# arrow above berger hole



## SonnyThomas (Sep 10, 2006)

I doubt that the "sweet spot" is that far up. Give info on bow, make, cams and whatever.

I take it fletching contact was with the rest? If so the rest was not timed correctly or bow is out of time.


----------



## panther2307 (Feb 12, 2008)

not sure on all the specs. it's an archery pro make.not sure of model,i'm guessing it's around 33 ata,7" bh,it's a solocam.the contact was with the rest,i'm pretty sure it's falling as fast as it can,i have it so the rest comes up when the bow is almost all the way rolled over.if you need definite specs i can try to get them asap.thanks again.


----------



## Spotshooter2 (Oct 23, 2003)

Sounds to me like the rest is coming up too late in the draw and letting the rest fall too quickly on the shot . The arrow rest should be at full height by when you have a 1 1/2 left to go on the draw.

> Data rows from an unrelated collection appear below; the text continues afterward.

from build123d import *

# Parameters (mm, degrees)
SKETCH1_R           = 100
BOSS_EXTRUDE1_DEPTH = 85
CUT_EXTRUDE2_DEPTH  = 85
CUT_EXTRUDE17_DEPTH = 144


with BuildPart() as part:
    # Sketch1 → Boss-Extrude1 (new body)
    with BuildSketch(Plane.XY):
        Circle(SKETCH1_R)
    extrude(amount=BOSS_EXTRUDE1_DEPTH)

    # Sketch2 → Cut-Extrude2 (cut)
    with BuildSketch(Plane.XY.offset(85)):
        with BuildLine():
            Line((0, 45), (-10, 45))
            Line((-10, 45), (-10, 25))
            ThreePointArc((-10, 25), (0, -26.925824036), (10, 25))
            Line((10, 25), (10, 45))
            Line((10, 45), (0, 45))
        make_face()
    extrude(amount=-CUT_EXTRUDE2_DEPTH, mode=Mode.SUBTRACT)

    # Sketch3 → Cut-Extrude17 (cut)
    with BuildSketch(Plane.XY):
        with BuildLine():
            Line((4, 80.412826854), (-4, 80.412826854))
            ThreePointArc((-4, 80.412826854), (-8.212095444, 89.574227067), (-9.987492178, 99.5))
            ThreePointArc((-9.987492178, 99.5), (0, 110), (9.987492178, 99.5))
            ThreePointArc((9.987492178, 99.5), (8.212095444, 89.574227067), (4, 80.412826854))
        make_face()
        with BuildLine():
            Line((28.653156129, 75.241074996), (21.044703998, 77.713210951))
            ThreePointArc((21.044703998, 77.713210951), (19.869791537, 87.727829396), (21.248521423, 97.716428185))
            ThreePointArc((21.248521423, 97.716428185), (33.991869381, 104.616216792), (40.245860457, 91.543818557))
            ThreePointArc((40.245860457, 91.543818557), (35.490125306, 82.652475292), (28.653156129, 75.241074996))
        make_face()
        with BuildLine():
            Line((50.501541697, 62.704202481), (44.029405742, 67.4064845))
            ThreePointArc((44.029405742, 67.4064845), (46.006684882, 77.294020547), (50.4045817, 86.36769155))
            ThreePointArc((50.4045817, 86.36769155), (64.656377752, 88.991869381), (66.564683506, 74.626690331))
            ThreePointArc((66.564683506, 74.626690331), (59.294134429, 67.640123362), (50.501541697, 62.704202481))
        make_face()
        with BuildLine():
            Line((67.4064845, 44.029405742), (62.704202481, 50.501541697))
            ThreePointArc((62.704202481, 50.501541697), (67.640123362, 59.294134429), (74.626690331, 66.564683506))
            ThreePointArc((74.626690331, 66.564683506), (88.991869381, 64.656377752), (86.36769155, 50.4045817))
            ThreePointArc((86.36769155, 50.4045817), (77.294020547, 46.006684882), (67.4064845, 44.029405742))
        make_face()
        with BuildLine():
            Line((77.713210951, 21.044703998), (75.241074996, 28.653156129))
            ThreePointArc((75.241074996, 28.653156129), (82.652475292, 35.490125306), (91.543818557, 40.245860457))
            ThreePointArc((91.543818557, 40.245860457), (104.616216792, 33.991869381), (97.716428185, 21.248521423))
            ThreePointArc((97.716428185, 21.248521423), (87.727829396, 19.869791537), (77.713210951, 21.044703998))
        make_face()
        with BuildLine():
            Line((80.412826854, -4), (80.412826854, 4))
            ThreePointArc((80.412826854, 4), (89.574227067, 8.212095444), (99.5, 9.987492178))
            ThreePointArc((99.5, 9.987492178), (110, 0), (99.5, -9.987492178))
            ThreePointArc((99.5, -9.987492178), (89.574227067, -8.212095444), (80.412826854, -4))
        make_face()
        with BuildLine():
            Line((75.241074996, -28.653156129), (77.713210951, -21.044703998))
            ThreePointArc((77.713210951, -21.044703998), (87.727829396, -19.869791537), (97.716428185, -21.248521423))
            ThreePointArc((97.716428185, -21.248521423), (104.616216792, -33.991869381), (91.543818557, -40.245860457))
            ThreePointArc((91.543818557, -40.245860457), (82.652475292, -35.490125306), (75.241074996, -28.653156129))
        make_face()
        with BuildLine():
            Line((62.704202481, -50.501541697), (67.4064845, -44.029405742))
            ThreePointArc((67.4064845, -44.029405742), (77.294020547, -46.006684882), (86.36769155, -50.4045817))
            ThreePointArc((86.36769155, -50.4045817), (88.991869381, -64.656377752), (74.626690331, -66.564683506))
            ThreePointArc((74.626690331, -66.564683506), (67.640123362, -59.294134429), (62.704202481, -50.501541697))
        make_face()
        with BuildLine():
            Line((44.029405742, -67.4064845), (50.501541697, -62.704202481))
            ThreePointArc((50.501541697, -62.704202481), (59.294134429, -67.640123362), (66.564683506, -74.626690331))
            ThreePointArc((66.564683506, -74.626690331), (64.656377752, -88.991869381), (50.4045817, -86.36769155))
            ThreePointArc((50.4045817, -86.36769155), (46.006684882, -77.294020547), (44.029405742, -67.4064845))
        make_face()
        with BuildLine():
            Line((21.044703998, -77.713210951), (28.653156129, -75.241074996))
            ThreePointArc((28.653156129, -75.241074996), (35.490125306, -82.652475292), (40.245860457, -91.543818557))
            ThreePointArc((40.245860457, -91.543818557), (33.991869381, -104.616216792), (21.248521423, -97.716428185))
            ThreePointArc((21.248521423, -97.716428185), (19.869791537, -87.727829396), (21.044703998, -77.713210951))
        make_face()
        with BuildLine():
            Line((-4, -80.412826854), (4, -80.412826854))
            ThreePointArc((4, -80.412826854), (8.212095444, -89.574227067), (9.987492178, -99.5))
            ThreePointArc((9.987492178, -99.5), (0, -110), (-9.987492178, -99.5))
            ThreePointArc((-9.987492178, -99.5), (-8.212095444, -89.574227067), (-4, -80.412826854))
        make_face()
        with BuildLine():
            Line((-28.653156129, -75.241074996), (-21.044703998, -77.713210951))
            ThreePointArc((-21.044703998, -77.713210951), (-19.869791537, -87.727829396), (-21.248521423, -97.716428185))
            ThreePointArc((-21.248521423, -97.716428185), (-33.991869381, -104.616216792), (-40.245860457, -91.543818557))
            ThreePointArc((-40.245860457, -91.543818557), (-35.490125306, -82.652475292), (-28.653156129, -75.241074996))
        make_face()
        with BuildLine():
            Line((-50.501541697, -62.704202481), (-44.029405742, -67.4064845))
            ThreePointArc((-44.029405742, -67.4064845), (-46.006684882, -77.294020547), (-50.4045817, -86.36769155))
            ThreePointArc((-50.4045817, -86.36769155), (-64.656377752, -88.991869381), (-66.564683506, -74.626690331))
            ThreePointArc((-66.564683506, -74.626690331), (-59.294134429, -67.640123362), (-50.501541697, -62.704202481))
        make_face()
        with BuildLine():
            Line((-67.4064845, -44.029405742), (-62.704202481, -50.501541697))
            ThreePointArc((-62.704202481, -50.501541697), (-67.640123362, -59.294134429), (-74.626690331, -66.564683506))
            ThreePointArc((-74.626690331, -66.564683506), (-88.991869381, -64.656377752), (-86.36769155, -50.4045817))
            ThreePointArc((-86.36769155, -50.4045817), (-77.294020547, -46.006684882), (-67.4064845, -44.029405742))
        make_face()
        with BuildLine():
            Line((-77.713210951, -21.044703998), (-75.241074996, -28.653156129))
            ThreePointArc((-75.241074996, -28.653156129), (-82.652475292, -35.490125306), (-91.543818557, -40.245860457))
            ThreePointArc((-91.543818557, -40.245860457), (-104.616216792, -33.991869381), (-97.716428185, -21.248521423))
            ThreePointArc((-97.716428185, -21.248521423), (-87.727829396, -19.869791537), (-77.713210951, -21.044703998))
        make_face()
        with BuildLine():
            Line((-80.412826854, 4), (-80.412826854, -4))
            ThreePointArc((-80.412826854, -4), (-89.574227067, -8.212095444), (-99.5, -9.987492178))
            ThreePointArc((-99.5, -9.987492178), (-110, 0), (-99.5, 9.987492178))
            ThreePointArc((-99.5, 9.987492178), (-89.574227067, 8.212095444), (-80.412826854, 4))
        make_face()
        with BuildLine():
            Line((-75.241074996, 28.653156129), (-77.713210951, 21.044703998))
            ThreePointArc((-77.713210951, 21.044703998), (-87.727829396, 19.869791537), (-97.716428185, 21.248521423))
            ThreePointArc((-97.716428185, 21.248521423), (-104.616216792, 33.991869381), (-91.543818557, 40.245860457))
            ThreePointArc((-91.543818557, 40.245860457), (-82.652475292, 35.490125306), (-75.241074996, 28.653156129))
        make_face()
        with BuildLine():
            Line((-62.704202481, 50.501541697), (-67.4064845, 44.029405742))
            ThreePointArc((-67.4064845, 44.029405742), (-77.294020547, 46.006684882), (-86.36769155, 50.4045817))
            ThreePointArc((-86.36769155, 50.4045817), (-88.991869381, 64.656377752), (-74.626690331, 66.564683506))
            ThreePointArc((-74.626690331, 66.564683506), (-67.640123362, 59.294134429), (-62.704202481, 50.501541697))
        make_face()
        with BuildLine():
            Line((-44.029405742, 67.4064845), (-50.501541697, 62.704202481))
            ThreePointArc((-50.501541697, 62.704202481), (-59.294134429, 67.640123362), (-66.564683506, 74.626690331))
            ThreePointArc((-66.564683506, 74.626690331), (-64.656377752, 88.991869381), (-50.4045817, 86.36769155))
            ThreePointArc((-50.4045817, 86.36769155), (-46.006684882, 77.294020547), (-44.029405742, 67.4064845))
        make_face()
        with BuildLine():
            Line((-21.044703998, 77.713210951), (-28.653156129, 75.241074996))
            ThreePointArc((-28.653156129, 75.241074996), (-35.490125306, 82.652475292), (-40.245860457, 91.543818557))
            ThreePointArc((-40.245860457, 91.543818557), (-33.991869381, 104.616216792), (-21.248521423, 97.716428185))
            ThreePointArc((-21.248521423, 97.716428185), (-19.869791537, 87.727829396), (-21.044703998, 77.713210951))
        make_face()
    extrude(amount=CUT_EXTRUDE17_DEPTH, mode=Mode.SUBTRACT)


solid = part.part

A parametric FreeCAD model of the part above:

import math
import FreeCAD as App
import Part
import Sketcher

V = App.Vector
Q = App.Units.Quantity

doc = App.newDocument("Part")
body = doc.addObject("PartDesign::Body", "Body")

# Sketch on XY plane
sketch1 = doc.addObject("Sketcher::SketchObject", "Sketch")
body.addObject(sketch1)
sketch1.AttachmentSupport = (doc.XY_Plane, [""])
sketch1.MapMode = "FlatFace"
sketch1.addGeometry(Part.Circle(V(0, 0, 0), V(0, 0, 1), 100), False)
sketch1.addConstraint([
    Sketcher.Constraint("Coincident", 0, 3, -1, 1),
    Sketcher.Constraint("Diameter", 0, 200.0),
])
pad1 = doc.addObject("PartDesign::Pad", "Pad")
body.addObject(pad1)
pad1.Profile = sketch1
pad1.Length = 85

# Sketch on XY plane
sketch2 = doc.addObject("Sketcher::SketchObject", "Sketch001")
body.addObject(sketch2)
sketch2.AttachmentSupport = (doc.XY_Plane, [""])
sketch2.MapMode = "FlatFace"
sketch2.AttachmentOffset = App.Placement(V(0, 0, 85), App.Rotation())
sketch2.addGeometry([
    Part.LineSegment(V(-10, 45, 0), V(-10, 25, 0)),
    Part.ArcOfCircle(Part.Circle(V(0, 0, 0), V(0, 0, 1), 26.925824), math.radians(111.801409), math.radians(428.198591)),
    Part.LineSegment(V(10, 25, 0), V(10, 45, 0)),
    Part.LineSegment(V(10, 45, 0), V(-10, 45, 0)),
], False)
sketch2.addConstraint([
    Sketcher.Constraint("Coincident", 0, 2, 1, 1),
    Sketcher.Constraint("Coincident", 1, 2, 2, 1),
    Sketcher.Constraint("Coincident", 2, 2, 3, 1),
    Sketcher.Constraint("Coincident", 3, 2, 0, 1),
    Sketcher.Constraint("Vertical", 0),
    Sketcher.Constraint("Vertical", 2),
    Sketcher.Constraint("Horizontal", 3),
    Sketcher.Constraint("Coincident", 1, 3, -1, 1),
    Sketcher.Constraint("Horizontal", 0, 2, 1, 2),
    Sketcher.Constraint("Equal", 3, 0),
    Sketcher.Constraint("DistanceX", 3, 2, 3, 1, 20.0),
    Sketcher.Constraint("DistanceY", -1, 1, 0, 2, 25.0),
])
pocket1 = doc.addObject("PartDesign::Pocket", "Pocket")
body.addObject(pocket1)
pocket1.Profile = sketch2
pocket1.Length = 85

# Sketch on XY plane
sketch3 = doc.addObject("Sketcher::SketchObject", "Sketch002")
body.addObject(sketch3)
sketch3.AttachmentSupport = (doc.XY_Plane, [""])
sketch3.MapMode = "FlatFace"
sketch3.addGeometry([
    Part.LineSegment(V(-4, 80.412827, 0), V(4, 80.412827, 0)),  # 0
    Part.ArcOfCircle(Part.Circle(V(-29.775539, 101.490641, 0), V(0, 0, 1), 39.812828), math.radians(-31.966456), math.radians(-2.865984)),  # 1
    Part.ArcOfCircle(Part.Circle(V(0, 100, 0), V(0, 0, 1), 10), math.radians(-2.865984), math.radians(182.865984)),  # 2
    Part.ArcOfCircle(Part.Circle(V(29.775539, 101.490641, 0), V(0, 0, 1), 39.812828), math.radians(-177.134016), math.radians(-148.033544)),  # 3
    Part.LineSegment(V(21.044704, 77.713211, 0), V(28.653156, 75.241075, 0)),  # 4
    Part.ArcOfCircle(Part.Circle(V(3.044113, 105.724483, 0), V(0, 0, 1), 39.812828), math.radians(-49.966456), math.radians(-20.865984)),  # 5
    Part.ArcOfCircle(Part.Circle(V(30.901699, 95.105652, 0), V(0, 0, 1), 10), math.radians(-20.865984), math.radians(164.865984)),  # 6
    Part.ArcOfCircle(Part.Circle(V(59.680553, 87.322188, 0), V(0, 0, 1), 39.812828), math.radians(164.865984), math.radians(193.966456)),  # 7
    Part.LineSegment(V(44.029406, 67.406485, 0), V(50.501542, 62.704202, 0)),  # 8
    Part.ArcOfCircle(Part.Circle(V(35.565785, 99.609276, 0), V(0, 0, 1), 39.812828), math.radians(-67.966456), math.radians(-38.865984)),  # 9
    Part.ArcOfCircle(Part.Circle(V(58.778525, 80.901699, 0), V(0, 0, 1), 10), math.radians(-38.865984), math.radians(146.865984)),  # 10
    Part.ArcOfCircle(Part.Circle(V(83.743619, 64.606031, 0), V(0, 0, 1), 39.812828), math.radians(146.865984), math.radians(175.966456)),  # 11
    Part.LineSegment(V(62.704202, 50.501542, 0), V(67.406485, 44.029406, 0)),  # 12
    Part.ArcOfCircle(Part.Circle(V(64.606031, 83.743619, 0), V(0, 0, 1), 39.812828), math.radians(-85.966456), math.radians(-56.865984)),  # 13
    Part.ArcOfCircle(Part.Circle(V(80.901699, 58.778525, 0), V(0, 0, 1), 10), math.radians(-56.865984), math.radians(128.865984)),  # 14
    Part.ArcOfCircle(Part.Circle(V(99.609276, 35.565785, 0), V(0, 0, 1), 39.812828), math.radians(128.865984), math.radians(157.966456)),  # 15
    Part.LineSegment(V(75.241075, 28.653156, 0), V(77.713211, 21.044704, 0)),  # 16
    Part.ArcOfCircle(Part.Circle(V(87.322188, 59.680553, 0), V(0, 0, 1), 39.812828), math.radians(-103.966456), math.radians(-74.865984)),  # 17
    Part.ArcOfCircle(Part.Circle(V(95.105652, 30.901699, 0), V(0, 0, 1), 10), math.radians(-74.865984), math.radians(110.865984)),  # 18
    Part.ArcOfCircle(Part.Circle(V(105.724483, 3.044113, 0), V(0, 0, 1), 39.812828), math.radians(110.865984), math.radians(139.966456)),  # 19
    Part.LineSegment(V(80.412827, 4, 0), V(80.412827, -4, 0)),  # 20
    Part.ArcOfCircle(Part.Circle(V(101.490641, 29.775539, 0), V(0, 0, 1), 39.812828), math.radians(-121.966456), math.radians(-92.865984)),  # 21
    Part.ArcOfCircle(Part.Circle(V(100, 0, 0), V(0, 0, 1), 10), math.radians(-92.865984), math.radians(92.865984)),  # 22
    Part.ArcOfCircle(Part.Circle(V(101.490641, -29.775539, 0), V(0, 0, 1), 39.812828), math.radians(92.865984), math.radians(121.966456)),  # 23
    Part.LineSegment(V(77.713211, -21.044704, 0), V(75.241075, -28.653156, 0)),  # 24
    Part.ArcOfCircle(Part.Circle(V(105.724483, -3.044113, 0), V(0, 0, 1), 39.812828), math.radians(-139.966456), math.radians(-110.865984)),  # 25
    Part.ArcOfCircle(Part.Circle(V(95.105652, -30.901699, 0), V(0, 0, 1), 10), math.radians(-110.865984), math.radians(74.865984)),  # 26
    Part.ArcOfCircle(Part.Circle(V(87.322188, -59.680553, 0), V(0, 0, 1), 39.812828), math.radians(74.865984), math.radians(103.966456)),  # 27
    Part.LineSegment(V(67.406485, -44.029406, 0), V(62.704202, -50.501542, 0)),  # 28
    Part.ArcOfCircle(Part.Circle(V(99.609276, -35.565785, 0), V(0, 0, 1), 39.812828), math.radians(-157.966456), math.radians(-128.865984)),  # 29
    Part.ArcOfCircle(Part.Circle(V(80.901699, -58.778525, 0), V(0, 0, 1), 10), math.radians(-128.865984), math.radians(56.865984)),  # 30
    Part.ArcOfCircle(Part.Circle(V(64.606031, -83.743619, 0), V(0, 0, 1), 39.812828), math.radians(56.865984), math.radians(85.966456)),  # 31
    Part.LineSegment(V(50.501542, -62.704202, 0), V(44.029406, -67.406485, 0)),  # 32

If it is coming up too late then on the shot it is dropping too quickly and the arrow hasnt reached enough speed and the front of the arrow is dropping with the rest and that is quite often what causes a lot of the fletching clearance problems.


----------



## arahoyt (Aug 17, 2006)

I've set a lot of drop-aways up that liked the arrow being high in the berger hole to get them tuned. Years ago Muzzy recommended setting there Zero Effects up with the arrow being in the top half to directly above the berger hole. It's not the end of the world. I'd rather have it lower if possible, if not, worse things have happened and it will probably work fine.


----------



## Roskoe (Apr 15, 2007)

I have also seen bows refuse to tune without having the arrow as much as half the width of the shaft high or low from the center of the Berger hole. But to have one where the arrow is clear off the Berger hole . . . . . . sounds like something is amiss here.


----------



## panther2307 (Feb 12, 2008)

thanks for the insight guys i really appreciate it.maybe he will bring it over and let me play with it some more.


----------